Why Dynatrac doesn't include a copy of #1 and #2 pdfs in the crate, or in an e-mail when you order is beyond me.
3. Front lower control arm pockets. I have no idea why they made them like this, but they hit the Jhonny Joints on my EVO FLCAs and limit full droop. I ground out a moon like section with an angle grinder, and now I'm back to being limited by shock travel just before the driveshaft touches the exhaust cross member. After looking it over, it turns out I did the same thing a couple of years ago on my PR44 and don't even remember doing so. I have ~9.5" of travel in the front with 4" plush rides and 37s. Down travel is limited by the shocks, but I have a paper's thickness of clearance between the 1350 and my exhaust crossover, and the uptravel is limited by my frame side trackbar mount.
4. Evo 60 Rockstars - I had to elongate the RLCA hole in the Rockstar with a carbide burr to line up with the hole in the Dynatrac bracketry when the Rockstar sits flush against the face. It was a pretty significant elongation, but the Dynatrac bracket is still doing all the RLCA mounting. Also, only the upper 5/16" bolt for the Rockstar would mount in Dynatrac bracket material. I had to drill a new hole in both the Rockstar and Dynatrac bracket for the lower one as there's a large pocket machined in the Dynatrac RLCA mount. Best bang for the buck upgrade I did imo, and easier to do before destroying the brackets on the trail.
Some other notes, not really issues:
I'm running 8 degrees of caster up front for now. The only reliable way I could find to measure it on the front PR60 is off the top of the top balljoint stud. Every other surface gave me an inconsistent measurement. The pinion seal face with a flat bar and angle finder worked well front and rear as well.

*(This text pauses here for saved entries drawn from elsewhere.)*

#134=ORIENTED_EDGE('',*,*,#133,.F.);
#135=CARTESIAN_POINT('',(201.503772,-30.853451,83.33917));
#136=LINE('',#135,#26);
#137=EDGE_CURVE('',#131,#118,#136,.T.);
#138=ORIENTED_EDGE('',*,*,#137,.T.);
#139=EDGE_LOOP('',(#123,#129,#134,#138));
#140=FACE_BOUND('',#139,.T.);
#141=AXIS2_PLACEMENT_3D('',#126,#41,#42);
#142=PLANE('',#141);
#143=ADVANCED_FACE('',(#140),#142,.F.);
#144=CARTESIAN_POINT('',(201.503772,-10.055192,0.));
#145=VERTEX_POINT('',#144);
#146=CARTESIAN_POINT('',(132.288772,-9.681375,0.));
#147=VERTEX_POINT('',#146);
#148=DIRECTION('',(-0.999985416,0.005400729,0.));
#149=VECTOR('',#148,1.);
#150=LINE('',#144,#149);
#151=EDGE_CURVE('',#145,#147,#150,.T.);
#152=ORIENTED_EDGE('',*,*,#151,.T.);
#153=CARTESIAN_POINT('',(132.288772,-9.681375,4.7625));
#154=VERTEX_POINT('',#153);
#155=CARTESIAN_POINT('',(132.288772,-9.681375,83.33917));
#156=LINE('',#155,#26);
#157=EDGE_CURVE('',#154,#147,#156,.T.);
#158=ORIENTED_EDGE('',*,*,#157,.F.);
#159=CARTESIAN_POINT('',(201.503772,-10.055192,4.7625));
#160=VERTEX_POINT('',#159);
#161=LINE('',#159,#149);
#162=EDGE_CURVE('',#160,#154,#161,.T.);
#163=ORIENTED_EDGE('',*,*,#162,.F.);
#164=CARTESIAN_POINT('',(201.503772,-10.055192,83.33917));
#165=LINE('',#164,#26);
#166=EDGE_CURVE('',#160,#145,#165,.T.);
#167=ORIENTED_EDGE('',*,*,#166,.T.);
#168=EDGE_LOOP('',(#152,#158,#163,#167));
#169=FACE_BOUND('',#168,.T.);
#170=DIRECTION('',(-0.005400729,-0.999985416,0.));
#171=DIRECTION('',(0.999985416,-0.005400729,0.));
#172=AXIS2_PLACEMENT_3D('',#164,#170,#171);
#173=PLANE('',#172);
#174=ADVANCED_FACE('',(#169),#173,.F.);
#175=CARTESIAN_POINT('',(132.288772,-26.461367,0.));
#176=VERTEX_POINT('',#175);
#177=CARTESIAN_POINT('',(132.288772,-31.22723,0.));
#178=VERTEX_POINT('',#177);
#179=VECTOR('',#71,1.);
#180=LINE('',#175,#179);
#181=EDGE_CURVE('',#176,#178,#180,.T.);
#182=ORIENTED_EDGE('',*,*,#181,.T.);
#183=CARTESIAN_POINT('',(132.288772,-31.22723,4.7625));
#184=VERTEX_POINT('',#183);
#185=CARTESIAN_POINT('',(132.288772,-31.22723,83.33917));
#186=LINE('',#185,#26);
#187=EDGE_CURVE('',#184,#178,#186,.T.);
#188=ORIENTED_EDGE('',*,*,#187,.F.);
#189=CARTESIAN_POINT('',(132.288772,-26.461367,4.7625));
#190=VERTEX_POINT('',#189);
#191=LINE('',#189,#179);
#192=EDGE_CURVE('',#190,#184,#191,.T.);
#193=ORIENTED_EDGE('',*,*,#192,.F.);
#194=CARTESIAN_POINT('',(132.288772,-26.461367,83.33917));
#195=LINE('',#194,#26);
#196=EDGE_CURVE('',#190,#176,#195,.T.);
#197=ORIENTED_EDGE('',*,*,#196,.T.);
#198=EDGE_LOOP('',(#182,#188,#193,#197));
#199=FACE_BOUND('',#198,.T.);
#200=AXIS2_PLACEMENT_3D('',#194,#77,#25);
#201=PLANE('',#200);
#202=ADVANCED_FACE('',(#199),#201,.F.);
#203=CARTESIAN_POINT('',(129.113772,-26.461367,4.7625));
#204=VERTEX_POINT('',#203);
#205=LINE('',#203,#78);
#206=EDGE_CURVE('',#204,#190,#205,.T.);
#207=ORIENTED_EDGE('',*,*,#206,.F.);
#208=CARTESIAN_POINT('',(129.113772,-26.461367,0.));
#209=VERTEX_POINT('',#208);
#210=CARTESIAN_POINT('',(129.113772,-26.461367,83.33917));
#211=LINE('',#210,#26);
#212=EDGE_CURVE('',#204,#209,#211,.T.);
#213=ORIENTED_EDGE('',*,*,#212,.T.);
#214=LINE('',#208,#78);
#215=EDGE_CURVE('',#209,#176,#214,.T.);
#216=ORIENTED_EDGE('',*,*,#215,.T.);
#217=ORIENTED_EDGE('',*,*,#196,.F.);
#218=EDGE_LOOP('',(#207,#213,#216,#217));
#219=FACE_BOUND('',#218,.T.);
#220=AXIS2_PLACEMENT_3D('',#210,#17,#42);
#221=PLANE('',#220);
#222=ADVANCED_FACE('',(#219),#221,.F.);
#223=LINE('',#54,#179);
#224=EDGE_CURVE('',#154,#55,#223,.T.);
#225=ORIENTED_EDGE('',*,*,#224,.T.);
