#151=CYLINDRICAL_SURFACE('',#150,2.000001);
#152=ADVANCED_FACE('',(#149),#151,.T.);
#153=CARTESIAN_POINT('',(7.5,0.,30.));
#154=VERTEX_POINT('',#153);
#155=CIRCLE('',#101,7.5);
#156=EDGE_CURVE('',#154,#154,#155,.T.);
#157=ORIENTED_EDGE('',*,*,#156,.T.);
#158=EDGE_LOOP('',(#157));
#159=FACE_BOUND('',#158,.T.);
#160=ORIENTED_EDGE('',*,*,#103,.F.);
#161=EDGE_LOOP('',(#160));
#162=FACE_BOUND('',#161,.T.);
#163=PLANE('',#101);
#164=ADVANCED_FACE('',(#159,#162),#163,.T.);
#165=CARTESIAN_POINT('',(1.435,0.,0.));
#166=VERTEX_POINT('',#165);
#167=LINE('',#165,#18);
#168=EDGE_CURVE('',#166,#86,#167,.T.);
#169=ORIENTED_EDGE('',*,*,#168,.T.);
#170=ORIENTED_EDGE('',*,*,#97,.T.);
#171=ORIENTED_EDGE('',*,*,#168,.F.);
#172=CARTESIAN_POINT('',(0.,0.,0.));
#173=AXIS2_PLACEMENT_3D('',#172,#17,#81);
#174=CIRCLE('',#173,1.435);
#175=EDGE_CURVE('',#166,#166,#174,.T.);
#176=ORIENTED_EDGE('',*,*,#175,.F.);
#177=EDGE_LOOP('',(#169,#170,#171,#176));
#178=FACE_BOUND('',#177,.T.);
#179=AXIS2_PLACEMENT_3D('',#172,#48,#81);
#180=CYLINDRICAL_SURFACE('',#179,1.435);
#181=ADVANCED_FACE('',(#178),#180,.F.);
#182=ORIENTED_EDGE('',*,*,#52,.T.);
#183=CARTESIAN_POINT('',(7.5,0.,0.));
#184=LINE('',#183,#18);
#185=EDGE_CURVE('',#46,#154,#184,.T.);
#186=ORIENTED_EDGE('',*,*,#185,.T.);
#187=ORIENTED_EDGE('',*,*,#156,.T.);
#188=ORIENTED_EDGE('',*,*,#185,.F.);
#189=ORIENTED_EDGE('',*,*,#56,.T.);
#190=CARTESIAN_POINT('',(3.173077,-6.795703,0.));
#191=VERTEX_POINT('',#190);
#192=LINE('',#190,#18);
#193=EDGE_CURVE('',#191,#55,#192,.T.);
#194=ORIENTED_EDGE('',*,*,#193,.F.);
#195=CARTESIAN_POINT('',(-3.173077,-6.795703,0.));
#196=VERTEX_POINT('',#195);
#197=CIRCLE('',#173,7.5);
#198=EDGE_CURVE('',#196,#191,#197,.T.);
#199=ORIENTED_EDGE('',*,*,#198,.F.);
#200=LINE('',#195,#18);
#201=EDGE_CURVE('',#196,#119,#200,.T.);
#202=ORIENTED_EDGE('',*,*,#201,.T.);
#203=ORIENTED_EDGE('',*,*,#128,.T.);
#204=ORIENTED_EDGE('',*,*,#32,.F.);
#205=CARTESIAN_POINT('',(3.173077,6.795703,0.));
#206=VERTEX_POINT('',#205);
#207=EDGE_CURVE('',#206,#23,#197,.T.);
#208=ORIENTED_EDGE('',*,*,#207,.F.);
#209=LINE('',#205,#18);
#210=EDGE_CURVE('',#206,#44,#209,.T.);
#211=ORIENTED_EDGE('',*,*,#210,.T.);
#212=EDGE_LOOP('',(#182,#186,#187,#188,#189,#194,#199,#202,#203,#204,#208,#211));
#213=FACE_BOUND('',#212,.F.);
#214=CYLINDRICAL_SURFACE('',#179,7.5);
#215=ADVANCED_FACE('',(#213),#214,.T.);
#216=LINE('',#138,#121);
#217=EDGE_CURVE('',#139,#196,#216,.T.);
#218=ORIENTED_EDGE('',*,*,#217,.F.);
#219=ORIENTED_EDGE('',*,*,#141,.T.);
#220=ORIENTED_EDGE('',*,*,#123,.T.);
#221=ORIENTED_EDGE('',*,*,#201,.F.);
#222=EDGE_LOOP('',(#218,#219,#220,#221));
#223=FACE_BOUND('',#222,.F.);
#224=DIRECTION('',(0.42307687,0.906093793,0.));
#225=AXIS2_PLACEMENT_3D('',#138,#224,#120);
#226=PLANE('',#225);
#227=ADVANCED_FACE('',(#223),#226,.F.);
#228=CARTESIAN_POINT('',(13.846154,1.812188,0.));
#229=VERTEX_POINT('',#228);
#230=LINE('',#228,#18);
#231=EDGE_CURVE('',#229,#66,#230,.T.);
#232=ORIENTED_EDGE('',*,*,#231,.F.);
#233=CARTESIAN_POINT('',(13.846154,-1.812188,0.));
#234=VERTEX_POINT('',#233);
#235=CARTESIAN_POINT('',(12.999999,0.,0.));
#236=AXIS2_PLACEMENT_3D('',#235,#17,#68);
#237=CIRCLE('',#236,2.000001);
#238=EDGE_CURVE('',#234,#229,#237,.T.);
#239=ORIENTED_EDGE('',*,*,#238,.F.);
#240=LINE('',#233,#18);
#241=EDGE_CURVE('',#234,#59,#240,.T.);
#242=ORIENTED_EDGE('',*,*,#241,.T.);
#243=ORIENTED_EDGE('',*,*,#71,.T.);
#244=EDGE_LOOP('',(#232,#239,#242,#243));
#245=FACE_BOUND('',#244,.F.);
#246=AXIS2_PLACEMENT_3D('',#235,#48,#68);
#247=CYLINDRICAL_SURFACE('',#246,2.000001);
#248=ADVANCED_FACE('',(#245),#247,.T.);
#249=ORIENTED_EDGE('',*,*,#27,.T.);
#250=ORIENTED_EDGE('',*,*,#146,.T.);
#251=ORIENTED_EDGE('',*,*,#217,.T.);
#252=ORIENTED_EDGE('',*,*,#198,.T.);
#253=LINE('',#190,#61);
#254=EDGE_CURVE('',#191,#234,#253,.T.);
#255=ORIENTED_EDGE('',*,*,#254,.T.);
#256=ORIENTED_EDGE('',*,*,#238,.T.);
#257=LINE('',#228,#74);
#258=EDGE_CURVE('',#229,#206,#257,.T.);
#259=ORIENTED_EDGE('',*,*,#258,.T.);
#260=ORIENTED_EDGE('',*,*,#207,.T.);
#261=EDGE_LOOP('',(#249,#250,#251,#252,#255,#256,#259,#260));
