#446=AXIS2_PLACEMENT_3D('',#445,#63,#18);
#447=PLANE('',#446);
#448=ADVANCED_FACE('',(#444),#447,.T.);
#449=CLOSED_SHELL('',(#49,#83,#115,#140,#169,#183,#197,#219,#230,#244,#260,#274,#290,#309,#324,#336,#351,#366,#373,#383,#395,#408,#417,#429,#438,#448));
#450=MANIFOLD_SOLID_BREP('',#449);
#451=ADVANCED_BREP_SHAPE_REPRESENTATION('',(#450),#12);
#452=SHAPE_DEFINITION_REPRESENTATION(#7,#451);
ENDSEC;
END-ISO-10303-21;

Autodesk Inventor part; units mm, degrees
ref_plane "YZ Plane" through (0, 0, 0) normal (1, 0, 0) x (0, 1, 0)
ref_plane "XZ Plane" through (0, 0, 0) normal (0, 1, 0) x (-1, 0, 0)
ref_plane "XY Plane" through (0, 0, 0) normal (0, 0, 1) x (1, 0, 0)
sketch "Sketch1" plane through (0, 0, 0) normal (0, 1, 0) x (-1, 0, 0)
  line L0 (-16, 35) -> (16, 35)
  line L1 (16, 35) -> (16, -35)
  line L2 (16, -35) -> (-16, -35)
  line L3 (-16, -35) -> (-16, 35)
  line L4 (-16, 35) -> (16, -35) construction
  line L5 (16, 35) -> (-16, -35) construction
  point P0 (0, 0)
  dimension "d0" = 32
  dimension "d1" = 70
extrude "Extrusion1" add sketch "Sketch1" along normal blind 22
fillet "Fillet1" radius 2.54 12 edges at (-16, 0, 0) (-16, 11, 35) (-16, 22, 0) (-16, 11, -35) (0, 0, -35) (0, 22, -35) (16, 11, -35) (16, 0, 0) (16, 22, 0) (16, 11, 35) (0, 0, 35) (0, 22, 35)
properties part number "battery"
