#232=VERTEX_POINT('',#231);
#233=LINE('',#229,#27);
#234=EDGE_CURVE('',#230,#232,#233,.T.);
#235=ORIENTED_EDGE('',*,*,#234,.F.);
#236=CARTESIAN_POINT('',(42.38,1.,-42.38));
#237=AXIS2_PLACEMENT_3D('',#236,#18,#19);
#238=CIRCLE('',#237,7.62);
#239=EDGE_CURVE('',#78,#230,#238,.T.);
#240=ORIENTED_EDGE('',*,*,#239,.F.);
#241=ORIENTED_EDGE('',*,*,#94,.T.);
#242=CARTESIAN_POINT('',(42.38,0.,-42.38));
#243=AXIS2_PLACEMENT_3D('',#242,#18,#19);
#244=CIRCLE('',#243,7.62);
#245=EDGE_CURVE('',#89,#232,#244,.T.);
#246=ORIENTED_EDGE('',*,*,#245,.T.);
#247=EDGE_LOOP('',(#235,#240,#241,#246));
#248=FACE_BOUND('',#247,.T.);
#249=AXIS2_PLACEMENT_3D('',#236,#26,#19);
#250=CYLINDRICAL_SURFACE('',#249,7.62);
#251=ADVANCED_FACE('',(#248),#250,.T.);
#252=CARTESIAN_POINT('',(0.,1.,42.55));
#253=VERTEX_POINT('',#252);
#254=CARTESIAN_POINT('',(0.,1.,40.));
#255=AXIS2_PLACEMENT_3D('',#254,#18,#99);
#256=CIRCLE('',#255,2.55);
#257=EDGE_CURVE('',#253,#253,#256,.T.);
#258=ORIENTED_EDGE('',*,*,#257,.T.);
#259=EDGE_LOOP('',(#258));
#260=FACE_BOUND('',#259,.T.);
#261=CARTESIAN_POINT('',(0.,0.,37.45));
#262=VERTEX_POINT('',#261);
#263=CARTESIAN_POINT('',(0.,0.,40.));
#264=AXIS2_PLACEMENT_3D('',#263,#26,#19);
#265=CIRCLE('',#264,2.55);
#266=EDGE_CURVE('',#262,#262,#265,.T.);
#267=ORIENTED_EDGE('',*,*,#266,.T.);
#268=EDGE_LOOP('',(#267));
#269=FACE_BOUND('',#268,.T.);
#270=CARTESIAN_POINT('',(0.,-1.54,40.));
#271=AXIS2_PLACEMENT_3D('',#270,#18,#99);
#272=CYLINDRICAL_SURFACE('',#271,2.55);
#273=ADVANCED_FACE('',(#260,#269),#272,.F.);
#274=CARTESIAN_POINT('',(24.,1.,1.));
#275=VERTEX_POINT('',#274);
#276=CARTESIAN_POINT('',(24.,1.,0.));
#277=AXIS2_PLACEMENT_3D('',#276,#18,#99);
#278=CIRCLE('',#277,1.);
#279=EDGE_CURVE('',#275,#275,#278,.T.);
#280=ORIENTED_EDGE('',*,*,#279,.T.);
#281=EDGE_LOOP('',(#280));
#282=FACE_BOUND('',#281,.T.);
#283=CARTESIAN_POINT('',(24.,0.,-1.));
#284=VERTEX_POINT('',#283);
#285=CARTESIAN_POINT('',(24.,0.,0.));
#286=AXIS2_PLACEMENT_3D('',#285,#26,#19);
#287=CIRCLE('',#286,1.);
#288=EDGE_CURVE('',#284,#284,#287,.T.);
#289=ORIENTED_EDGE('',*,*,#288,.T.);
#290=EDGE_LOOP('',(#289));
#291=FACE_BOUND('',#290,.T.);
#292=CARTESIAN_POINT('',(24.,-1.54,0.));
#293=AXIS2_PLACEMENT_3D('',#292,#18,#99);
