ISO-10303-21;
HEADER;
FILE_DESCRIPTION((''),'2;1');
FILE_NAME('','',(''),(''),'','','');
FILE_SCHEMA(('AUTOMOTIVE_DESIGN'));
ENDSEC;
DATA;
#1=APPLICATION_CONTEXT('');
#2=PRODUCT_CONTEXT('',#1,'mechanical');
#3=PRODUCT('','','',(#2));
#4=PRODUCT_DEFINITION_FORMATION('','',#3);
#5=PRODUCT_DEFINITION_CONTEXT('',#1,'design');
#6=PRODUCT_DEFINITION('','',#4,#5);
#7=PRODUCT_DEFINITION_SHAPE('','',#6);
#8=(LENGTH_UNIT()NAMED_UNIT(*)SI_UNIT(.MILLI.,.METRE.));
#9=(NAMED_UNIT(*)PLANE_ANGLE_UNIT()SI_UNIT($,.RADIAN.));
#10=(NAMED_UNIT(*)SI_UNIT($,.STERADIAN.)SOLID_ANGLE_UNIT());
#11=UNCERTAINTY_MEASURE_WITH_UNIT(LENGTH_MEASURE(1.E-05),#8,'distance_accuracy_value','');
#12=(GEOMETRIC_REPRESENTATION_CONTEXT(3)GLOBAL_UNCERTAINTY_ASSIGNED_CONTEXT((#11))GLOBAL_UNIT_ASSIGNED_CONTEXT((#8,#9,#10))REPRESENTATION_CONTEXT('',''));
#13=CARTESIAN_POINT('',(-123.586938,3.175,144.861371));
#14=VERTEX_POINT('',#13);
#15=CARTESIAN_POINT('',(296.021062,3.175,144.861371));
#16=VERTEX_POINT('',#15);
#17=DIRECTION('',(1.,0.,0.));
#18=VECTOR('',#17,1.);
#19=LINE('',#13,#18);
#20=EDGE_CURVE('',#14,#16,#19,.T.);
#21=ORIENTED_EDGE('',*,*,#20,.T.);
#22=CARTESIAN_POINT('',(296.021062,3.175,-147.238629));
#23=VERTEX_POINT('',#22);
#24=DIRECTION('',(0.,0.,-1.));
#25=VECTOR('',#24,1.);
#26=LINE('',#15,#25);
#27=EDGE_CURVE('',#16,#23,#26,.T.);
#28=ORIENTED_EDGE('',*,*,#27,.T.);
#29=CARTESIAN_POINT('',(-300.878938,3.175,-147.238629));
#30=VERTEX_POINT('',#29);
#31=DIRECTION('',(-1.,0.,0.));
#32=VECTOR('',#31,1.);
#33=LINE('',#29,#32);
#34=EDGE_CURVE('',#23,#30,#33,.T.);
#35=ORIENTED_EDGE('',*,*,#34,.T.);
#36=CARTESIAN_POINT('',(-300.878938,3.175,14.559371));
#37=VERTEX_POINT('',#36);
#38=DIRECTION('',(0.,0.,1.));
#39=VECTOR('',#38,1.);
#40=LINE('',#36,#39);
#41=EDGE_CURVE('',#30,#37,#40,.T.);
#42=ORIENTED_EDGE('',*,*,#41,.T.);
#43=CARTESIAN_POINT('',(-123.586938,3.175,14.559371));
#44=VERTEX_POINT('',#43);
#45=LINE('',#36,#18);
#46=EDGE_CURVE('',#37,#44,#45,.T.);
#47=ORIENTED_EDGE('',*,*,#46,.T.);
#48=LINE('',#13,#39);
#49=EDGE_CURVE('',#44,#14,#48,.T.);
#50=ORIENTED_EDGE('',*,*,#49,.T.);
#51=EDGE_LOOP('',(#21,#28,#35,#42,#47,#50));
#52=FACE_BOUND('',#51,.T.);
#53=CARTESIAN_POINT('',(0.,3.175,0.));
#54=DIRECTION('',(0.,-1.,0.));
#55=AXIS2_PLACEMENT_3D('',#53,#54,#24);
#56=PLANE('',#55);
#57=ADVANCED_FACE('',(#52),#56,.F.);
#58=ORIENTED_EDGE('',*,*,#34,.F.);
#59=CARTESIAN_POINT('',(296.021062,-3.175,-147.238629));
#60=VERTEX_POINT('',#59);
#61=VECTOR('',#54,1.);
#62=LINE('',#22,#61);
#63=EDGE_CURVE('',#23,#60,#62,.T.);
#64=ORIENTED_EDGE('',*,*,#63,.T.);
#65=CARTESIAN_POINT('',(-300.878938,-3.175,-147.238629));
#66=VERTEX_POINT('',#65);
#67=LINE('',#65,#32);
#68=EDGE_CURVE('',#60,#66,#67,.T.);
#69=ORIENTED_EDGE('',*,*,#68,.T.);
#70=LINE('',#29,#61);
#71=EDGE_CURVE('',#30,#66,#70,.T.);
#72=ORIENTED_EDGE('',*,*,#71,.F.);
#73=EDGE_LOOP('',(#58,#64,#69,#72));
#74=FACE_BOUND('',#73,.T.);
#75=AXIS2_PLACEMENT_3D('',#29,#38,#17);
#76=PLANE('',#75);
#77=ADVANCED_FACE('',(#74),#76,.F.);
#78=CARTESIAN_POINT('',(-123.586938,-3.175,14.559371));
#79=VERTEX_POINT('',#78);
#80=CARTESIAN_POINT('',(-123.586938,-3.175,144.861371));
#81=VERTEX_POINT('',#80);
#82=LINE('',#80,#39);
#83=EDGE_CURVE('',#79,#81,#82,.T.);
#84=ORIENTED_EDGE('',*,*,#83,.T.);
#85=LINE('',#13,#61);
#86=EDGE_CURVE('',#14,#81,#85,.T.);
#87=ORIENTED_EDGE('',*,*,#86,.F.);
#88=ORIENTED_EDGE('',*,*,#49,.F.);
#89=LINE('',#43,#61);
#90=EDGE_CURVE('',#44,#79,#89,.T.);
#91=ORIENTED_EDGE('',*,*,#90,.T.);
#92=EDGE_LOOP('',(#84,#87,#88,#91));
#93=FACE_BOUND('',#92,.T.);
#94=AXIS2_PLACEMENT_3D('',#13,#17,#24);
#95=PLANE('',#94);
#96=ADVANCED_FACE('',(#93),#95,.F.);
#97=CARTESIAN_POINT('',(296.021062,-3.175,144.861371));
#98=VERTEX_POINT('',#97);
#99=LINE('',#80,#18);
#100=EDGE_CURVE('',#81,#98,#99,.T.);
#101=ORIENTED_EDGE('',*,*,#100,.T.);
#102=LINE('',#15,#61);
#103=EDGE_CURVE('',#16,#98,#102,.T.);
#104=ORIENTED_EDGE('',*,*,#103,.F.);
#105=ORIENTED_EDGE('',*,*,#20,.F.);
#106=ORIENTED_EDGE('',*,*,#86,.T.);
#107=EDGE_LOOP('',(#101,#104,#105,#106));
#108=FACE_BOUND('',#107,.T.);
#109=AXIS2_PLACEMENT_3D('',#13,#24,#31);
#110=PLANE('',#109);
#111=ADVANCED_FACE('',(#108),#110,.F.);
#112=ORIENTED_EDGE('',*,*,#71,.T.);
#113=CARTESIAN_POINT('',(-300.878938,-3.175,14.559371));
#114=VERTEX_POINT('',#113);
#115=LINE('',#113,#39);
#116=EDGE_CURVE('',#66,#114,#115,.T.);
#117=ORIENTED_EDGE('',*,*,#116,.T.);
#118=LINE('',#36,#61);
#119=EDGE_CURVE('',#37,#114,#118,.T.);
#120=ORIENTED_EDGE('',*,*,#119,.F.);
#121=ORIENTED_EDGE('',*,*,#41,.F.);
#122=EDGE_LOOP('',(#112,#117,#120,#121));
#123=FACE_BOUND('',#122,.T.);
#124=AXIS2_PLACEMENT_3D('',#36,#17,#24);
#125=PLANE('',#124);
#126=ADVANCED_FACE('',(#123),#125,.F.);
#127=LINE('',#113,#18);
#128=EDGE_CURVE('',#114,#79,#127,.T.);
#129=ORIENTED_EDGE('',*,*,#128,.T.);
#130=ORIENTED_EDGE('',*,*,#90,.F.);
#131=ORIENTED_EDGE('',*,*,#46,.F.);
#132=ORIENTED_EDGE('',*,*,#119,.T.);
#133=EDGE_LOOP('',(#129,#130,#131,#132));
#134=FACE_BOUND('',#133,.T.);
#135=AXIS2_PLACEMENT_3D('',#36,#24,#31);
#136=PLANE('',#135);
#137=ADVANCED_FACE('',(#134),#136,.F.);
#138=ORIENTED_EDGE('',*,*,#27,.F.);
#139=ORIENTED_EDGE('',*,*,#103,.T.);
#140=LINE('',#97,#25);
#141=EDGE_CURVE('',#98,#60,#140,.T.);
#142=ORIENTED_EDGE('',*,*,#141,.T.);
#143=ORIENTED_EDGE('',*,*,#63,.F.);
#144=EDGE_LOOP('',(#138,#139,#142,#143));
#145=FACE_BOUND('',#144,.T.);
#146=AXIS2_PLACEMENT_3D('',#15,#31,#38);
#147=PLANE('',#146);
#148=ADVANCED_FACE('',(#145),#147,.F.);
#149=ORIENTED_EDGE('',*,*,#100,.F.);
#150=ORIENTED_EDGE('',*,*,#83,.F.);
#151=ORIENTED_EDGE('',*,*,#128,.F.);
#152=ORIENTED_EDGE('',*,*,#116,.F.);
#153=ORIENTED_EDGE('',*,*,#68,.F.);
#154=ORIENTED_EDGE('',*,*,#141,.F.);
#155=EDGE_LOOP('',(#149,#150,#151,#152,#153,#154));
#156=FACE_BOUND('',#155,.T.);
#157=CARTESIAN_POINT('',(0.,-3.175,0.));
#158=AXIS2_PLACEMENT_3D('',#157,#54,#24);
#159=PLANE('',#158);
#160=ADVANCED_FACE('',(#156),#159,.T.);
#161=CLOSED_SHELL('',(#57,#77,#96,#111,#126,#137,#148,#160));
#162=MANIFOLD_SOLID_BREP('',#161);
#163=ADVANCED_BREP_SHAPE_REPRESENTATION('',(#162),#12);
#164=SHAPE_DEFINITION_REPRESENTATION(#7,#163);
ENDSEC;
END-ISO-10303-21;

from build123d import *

# Parameters (mm, degrees)
BOSS_EXTRUDE1_DEPTH = 3.175


with BuildPart() as part:
    # Sketch1 → Boss-Extrude1 (new, symmetric)
    with BuildSketch(Plane(origin=(0, 0, 0), x_dir=(1, 0, 0), z_dir=(0, 1, 0))):
        Polygon((-123.586938376, -144.861370582), (296.021061624, -144.861370582), (296.021061624, 147.238629418), (-300.878938376, 147.238629418), (-300.878938376, -14.559370582), (-123.586938376, -14.559370582), align=None)
    extrude(amount=BOSS_EXTRUDE1_DEPTH, both=True)


solid = part.part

Rear driveshaft angle. I was able to set the rear axle pinion pointed directly at my xfer case so that the 1350 shaft I used has a 0 degree change at the pinion end. It's just under the maximum angle Dynatrac specified on the hang tag they provided. Measurements are taken with 4" plush rides, GTG there!
I lost 1/8" clearance at the pumpkin in the front from a PR44 to a PR60, which is AMAZING!
I lost 5/8" clearance at the pumpkin in the rear from a Dana44 to a Pro60, way better than I imagined!
Hutchinson Rock Monsters in 5x5.5 fit over the hubs just fine, and won't rub full lock to lock with 9.5" of suspension travel on 4" of lift with 37s at any point in the suspension position. I ordered these axles in 5x5.5 as a bunch of the wheel choices my wife and I like come in that pattern with less backspace. It was honestly aesthetics driven.
EVO extended rear brake lines seem significantly longer than I need with 9.5" of rear travel.
With 37s on 4" Plush rides, 3" of bump seems most appropriate in the rear. Cycling it seems JUST short of fully stuffing a tire. I had a 1" gap with 4" of bump.
If you're doing EVO King Air bumps in the front like I did, you'll need to come up with a way to mount the bump extensions. The Dynatrac pad is designed to take a single 1/2"-13 bolt in the center. The King's come with 2 smaller bolts. You can either drill and tap the pad, or pick up some hockey puck style extensions and get a socket head bolt. Fastenal had the bolts in varied sizes with a nice black coating in stock. You'll also need to drill out the bumpstop extension to 1/2" and countersink it if you buy a pre-made one. They all seem to have 3/8" holes....
You need a regular stock, not RHD flipped draglink. I didn't think about or realize this until the axles arrived.
We put 1.5 hours test on them mid-week in town, and 6 hours today. I have 3 more hours tomorrow of highway, and 3 days of wheeling before 9 hours home. I'll post back how they did. On the highway, with 37s, 5.13 is 2900 RPM with the cruise set. In the mountains the auto is constantly shifting down to 4 and giving me about 3400 rpm until you hit level ground or push it back into 5th gear. Driving great so far!
That's a really long post, and all for now.